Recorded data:
+ + + +

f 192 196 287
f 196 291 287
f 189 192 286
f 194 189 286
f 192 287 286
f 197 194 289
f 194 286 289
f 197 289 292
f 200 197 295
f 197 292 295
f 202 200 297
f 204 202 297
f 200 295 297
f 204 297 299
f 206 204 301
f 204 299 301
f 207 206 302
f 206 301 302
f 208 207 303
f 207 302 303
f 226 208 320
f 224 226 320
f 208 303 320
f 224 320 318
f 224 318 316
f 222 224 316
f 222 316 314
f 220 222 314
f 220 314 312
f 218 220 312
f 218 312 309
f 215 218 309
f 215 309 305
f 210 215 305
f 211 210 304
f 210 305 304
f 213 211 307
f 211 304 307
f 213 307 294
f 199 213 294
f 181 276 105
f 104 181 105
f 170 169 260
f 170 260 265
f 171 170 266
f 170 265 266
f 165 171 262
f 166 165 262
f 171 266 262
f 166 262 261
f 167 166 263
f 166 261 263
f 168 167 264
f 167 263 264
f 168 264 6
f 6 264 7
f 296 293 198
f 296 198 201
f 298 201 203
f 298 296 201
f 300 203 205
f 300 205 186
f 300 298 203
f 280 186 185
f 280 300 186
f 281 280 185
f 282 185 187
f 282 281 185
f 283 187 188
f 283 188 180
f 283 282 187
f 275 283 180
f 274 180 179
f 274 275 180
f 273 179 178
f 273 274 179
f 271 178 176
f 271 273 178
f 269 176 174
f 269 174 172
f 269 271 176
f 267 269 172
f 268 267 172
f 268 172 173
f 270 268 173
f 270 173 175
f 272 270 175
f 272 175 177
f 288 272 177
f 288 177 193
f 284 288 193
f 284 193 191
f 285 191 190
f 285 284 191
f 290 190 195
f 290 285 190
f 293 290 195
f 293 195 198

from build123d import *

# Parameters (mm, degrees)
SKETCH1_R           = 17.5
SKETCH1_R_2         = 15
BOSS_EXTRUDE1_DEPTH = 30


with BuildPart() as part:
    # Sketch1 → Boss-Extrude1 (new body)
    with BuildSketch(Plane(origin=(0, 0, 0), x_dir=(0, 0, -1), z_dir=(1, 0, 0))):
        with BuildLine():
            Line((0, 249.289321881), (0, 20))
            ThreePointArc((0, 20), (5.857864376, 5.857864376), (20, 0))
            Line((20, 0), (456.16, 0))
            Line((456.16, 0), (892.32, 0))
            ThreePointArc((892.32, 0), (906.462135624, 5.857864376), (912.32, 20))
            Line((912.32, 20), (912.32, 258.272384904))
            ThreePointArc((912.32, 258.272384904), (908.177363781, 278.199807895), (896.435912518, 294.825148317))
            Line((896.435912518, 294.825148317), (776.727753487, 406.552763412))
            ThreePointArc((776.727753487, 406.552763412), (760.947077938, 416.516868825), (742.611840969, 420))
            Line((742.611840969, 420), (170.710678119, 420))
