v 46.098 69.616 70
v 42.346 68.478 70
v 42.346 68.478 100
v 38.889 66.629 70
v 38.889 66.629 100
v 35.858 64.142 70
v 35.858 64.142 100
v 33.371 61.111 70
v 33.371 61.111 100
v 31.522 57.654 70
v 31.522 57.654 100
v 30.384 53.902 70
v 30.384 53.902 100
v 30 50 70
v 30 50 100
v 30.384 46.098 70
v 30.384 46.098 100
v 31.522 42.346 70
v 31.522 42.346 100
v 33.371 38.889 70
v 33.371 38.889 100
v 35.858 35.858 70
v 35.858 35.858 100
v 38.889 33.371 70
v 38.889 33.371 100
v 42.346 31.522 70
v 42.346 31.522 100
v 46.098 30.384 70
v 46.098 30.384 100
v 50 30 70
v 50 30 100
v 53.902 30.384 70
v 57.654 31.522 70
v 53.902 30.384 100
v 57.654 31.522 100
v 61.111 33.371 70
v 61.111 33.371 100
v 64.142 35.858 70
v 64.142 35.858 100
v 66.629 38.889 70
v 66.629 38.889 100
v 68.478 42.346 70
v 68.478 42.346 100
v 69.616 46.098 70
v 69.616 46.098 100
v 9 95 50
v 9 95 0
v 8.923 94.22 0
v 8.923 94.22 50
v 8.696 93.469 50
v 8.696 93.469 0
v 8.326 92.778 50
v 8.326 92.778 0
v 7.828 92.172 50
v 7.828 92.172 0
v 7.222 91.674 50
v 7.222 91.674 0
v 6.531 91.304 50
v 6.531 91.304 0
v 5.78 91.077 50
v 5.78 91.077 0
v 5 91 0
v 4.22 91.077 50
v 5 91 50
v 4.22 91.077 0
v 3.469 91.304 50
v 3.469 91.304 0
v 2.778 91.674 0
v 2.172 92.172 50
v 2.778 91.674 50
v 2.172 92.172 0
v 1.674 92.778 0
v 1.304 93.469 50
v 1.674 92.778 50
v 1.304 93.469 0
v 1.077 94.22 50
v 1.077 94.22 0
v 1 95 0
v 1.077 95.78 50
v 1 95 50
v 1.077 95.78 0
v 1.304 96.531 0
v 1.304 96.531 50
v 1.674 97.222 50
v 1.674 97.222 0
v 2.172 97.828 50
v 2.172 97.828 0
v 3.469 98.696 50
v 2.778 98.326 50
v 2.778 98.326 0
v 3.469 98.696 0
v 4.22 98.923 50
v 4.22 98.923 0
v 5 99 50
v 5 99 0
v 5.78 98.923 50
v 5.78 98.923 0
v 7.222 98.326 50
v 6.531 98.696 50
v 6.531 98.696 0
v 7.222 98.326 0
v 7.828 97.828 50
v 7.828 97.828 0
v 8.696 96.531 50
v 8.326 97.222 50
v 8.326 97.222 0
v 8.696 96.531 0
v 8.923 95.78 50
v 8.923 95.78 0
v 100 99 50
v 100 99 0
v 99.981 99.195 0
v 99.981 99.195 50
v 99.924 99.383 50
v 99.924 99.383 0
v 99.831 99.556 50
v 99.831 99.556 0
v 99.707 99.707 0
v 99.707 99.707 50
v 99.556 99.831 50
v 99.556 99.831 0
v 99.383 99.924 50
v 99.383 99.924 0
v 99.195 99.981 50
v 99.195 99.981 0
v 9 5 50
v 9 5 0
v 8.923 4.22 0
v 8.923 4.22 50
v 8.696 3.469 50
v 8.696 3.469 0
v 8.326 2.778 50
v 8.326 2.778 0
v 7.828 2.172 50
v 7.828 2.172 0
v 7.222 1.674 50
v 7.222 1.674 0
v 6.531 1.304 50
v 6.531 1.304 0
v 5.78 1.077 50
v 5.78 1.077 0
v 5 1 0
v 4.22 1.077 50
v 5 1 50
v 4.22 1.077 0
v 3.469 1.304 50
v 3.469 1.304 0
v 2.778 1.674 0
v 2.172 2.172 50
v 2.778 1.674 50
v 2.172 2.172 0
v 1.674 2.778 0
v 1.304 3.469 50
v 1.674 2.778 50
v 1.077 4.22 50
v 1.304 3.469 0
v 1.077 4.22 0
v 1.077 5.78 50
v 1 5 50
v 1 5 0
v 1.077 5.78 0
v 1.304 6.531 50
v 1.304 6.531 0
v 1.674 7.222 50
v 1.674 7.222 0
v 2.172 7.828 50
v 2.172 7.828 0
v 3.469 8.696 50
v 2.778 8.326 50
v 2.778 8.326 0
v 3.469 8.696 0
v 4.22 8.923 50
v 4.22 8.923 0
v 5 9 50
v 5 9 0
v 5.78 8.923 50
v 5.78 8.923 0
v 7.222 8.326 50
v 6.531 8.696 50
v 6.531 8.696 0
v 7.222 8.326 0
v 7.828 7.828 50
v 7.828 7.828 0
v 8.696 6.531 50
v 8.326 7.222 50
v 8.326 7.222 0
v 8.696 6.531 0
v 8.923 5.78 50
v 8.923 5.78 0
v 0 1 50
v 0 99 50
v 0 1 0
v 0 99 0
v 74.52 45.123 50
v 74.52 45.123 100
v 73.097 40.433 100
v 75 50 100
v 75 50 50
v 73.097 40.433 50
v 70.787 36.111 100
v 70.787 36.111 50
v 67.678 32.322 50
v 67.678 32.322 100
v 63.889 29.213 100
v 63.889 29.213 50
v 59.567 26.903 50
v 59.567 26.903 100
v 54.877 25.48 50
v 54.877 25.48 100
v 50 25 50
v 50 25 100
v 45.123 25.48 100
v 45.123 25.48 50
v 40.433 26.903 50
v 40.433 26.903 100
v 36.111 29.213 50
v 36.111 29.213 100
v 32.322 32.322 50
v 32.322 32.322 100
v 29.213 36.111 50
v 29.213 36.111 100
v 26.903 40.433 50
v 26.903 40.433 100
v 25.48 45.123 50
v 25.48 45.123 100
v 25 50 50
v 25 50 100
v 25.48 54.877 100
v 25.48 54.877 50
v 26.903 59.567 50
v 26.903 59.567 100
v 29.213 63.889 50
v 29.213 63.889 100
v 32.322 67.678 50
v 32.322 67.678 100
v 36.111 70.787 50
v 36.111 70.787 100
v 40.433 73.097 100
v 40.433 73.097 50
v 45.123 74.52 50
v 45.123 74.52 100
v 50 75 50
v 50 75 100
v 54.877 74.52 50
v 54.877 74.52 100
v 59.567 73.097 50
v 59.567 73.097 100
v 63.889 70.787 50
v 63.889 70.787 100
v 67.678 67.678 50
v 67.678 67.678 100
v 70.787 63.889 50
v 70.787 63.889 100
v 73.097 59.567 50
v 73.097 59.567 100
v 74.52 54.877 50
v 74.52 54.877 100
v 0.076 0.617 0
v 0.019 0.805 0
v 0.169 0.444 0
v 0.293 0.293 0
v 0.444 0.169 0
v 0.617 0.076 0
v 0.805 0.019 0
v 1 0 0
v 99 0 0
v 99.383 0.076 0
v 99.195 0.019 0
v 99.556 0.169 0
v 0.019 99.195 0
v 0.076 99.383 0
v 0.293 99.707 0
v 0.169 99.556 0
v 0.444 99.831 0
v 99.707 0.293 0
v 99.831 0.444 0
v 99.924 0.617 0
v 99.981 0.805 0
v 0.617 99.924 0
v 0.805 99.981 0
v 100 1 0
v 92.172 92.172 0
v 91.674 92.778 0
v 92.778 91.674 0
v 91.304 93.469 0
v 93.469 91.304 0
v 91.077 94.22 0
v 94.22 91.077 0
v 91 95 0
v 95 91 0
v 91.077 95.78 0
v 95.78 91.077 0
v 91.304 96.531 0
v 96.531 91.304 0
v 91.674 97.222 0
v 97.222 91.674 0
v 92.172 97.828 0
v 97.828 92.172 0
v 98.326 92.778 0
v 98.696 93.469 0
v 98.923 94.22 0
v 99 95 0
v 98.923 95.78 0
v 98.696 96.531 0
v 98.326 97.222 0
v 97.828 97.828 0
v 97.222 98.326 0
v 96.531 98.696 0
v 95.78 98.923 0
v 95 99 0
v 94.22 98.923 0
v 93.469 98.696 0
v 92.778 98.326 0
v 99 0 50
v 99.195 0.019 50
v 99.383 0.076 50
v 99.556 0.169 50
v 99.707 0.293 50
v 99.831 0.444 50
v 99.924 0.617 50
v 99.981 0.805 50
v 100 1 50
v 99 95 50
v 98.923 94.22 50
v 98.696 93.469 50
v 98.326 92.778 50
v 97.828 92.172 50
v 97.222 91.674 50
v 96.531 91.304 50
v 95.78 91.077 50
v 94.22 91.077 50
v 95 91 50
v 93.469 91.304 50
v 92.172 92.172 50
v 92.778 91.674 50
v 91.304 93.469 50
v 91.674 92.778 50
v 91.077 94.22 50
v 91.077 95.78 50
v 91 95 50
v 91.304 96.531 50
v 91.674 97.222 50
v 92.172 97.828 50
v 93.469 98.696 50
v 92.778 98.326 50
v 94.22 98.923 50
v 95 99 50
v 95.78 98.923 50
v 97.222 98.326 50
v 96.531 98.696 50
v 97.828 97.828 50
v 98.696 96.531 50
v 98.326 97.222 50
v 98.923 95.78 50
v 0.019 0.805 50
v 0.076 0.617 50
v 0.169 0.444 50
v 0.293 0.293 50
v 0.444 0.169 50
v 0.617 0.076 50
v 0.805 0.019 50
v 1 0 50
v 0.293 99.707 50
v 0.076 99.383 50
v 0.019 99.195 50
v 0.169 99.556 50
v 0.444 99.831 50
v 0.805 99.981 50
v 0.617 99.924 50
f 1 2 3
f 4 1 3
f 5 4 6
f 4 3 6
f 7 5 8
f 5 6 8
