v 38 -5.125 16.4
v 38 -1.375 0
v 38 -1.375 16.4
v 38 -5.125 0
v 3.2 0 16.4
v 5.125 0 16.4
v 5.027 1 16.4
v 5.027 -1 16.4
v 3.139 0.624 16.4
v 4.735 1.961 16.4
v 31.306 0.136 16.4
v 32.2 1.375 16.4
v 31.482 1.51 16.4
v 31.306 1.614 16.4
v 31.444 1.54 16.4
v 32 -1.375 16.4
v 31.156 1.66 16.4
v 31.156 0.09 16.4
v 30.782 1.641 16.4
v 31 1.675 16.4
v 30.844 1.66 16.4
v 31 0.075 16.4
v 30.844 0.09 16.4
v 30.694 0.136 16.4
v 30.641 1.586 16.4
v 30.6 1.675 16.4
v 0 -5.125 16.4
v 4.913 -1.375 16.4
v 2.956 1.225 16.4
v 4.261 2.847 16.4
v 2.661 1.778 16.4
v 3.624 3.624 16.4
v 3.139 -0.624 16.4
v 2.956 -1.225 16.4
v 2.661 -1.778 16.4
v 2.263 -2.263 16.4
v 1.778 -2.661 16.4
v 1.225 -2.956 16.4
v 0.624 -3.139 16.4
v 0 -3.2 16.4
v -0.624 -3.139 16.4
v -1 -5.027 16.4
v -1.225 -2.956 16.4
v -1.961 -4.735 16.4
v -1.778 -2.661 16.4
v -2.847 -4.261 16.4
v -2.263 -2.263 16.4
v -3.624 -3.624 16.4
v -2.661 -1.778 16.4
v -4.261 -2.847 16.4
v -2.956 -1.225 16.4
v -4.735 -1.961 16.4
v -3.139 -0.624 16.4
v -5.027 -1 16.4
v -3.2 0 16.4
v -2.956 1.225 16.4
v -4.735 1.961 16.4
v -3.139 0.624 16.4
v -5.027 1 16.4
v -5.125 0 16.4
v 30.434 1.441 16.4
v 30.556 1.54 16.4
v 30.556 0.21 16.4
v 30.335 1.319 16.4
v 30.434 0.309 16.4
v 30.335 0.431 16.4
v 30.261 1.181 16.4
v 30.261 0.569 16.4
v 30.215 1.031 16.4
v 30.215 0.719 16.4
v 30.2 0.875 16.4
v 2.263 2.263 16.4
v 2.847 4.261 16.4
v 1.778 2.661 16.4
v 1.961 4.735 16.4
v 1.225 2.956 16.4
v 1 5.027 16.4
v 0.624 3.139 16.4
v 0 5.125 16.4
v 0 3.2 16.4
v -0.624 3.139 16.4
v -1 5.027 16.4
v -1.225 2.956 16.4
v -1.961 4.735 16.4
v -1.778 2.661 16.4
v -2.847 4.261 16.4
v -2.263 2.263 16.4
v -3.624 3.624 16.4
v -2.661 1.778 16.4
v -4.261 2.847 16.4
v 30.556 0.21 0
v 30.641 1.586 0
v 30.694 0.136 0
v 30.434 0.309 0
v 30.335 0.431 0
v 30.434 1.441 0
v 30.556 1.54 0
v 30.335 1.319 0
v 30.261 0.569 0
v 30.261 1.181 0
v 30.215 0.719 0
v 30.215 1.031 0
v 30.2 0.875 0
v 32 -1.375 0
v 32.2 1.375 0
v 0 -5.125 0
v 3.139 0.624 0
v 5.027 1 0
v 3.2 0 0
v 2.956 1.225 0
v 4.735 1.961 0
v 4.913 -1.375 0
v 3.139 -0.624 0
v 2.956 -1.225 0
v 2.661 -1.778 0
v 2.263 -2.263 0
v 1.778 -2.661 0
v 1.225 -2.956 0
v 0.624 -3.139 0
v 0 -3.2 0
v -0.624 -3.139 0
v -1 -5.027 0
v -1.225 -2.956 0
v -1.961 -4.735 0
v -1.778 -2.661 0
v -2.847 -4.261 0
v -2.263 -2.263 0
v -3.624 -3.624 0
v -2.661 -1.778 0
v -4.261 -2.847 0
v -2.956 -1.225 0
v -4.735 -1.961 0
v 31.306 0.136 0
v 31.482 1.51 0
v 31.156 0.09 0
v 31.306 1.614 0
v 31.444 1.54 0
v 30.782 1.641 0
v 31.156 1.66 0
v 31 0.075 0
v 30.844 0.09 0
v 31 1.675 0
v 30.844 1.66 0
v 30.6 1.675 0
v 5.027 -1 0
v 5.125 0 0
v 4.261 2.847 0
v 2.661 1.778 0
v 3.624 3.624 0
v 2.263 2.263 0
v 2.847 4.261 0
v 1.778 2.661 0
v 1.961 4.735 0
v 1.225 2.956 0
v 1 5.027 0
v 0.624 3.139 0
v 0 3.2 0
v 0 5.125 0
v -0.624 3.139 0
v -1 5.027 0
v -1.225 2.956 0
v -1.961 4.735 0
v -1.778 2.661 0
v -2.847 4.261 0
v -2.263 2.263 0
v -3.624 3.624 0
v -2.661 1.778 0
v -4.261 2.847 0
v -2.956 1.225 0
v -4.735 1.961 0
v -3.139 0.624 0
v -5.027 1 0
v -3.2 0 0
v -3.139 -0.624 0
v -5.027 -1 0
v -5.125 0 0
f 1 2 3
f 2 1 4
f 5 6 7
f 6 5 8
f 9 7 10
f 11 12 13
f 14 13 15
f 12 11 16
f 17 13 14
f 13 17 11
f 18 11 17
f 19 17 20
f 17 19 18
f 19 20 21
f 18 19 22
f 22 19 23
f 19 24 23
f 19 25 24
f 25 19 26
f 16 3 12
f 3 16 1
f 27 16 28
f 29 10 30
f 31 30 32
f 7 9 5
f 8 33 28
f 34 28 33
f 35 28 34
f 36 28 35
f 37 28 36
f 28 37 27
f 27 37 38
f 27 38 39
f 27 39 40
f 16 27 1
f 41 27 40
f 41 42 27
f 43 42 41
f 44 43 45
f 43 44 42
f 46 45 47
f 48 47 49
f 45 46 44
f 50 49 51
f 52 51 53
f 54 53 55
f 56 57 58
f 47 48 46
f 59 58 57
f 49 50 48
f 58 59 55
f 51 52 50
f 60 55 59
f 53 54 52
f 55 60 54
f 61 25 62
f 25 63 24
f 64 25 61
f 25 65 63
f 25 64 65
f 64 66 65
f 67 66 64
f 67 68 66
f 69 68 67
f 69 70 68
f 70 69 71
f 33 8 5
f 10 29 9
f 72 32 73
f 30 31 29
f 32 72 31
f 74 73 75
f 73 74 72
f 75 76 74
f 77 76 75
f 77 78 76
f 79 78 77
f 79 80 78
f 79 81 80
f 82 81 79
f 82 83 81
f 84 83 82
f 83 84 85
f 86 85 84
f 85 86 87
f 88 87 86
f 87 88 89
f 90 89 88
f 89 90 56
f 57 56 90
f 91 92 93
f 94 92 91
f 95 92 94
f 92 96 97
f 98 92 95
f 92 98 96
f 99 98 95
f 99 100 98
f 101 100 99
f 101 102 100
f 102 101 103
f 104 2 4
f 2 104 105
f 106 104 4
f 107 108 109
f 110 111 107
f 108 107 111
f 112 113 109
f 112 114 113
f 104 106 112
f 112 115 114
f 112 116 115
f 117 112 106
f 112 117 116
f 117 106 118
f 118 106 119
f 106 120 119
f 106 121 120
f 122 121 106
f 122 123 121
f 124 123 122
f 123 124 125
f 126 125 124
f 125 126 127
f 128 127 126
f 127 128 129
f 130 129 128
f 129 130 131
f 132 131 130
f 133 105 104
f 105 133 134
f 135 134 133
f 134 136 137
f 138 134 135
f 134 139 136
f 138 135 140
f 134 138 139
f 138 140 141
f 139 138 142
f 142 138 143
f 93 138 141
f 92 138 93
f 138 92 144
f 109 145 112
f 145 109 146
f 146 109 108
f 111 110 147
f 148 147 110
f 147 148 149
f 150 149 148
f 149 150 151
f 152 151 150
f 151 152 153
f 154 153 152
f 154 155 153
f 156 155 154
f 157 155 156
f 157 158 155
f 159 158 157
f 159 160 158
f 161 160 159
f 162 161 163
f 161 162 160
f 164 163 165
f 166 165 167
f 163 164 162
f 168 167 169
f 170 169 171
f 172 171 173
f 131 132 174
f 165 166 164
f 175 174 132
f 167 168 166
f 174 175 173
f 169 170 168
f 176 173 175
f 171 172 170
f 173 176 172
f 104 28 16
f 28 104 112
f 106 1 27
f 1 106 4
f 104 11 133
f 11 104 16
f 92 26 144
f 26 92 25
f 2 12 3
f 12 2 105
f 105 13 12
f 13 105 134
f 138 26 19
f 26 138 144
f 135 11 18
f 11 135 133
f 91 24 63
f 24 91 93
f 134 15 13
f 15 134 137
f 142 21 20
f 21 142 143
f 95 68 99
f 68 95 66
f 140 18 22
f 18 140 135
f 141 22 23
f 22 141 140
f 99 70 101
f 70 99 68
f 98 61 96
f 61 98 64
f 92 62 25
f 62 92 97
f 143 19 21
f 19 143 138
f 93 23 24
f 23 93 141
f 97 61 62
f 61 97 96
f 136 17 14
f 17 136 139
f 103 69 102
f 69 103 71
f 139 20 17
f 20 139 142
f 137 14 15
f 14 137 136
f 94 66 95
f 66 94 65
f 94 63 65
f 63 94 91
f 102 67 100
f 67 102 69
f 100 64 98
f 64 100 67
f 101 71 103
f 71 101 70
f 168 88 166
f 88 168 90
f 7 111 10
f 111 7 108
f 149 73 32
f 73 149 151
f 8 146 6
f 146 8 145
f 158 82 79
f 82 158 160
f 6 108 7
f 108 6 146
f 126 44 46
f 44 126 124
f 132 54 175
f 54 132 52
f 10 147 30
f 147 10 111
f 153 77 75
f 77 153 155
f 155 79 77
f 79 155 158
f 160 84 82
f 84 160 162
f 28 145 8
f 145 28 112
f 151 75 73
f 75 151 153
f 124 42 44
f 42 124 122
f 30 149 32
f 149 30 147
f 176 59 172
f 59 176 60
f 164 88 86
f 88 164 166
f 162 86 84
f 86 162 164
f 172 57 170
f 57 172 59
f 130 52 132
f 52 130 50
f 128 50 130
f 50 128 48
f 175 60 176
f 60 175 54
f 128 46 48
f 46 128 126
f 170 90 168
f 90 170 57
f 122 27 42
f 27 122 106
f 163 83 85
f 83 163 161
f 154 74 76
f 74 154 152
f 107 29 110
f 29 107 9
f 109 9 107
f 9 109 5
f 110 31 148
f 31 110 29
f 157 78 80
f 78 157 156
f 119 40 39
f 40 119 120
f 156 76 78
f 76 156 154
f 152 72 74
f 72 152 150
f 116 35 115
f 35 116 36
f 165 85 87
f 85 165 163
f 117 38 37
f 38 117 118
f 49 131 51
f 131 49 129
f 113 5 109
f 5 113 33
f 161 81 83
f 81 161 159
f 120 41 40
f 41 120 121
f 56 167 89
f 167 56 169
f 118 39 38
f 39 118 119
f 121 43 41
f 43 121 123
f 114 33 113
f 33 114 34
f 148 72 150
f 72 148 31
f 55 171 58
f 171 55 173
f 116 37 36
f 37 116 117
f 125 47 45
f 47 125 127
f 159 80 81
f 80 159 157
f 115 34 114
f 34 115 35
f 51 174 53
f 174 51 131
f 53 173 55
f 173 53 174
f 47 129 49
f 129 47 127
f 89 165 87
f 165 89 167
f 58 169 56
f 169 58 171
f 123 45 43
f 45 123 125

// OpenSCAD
module A_PinTube() {
  cylinder(r=10.25/2, h=16.4,$fn=32);
}

module B_Plate() {
  union(){
    cube([38,3.75,16.4]);
    translate([0,3.75,0])
    linear_extrude(height=16.4){
      polygon([
        [32,0],
        [38,0],
        [32.2,2.75],
        [30.6,3.05]
      ]);
    }

    translate([31,6,0])
    cylinder(r=1.6/2, h=16.4,$fn=32);
  }
}

module C_PinHole(){
  translate([0,0,-1])
    cylinder(r=6.4/2, h=18,$fn=32);
}

module Z_Main() {
  difference(){  
    union(){
    A_PinTube();
    translate([0,-10.25/2,0])
      B_Plate();
    }
    
    C_PinHole();
  }
}

Z_Main();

+ + + +

Try it —
Please give an exact copy of the entries above, from the line with "v 53.902 30.384 100" down to the line with "v 1.304 93.469 0", inclusive, and nothing else.

Exercise answer —
v 53.902 30.384 100
v 57.654 31.522 100
v 61.111 33.371 70
v 61.111 33.371 100
v 64.142 35.858 70
v 64.142 35.858 100
v 66.629 38.889 70
v 66.629 38.889 100
v 68.478 42.346 70
v 68.478 42.346 100
v 69.616 46.098 70
v 69.616 46.098 100
v 9 95 50
v 9 95 0
v 8.923 94.22 0
v 8.923 94.22 50
v 8.696 93.469 50
v 8.696 93.469 0
v 8.326 92.778 50
v 8.326 92.778 0
v 7.828 92.172 50
v 7.828 92.172 0
v 7.222 91.674 50
v 7.222 91.674 0
v 6.531 91.304 50
v 6.531 91.304 0
v 5.78 91.077 50
v 5.78 91.077 0
v 5 91 0
v 4.22 91.077 50
v 5 91 50
v 4.22 91.077 0
v 3.469 91.304 50
v 3.469 91.304 0
v 2.778 91.674 0
v 2.172 92.172 50
v 2.778 91.674 50
v 2.172 92.172 0
v 1.674 92.778 0
v 1.304 93.469 50
v 1.674 92.778 50
v 1.304 93.469 0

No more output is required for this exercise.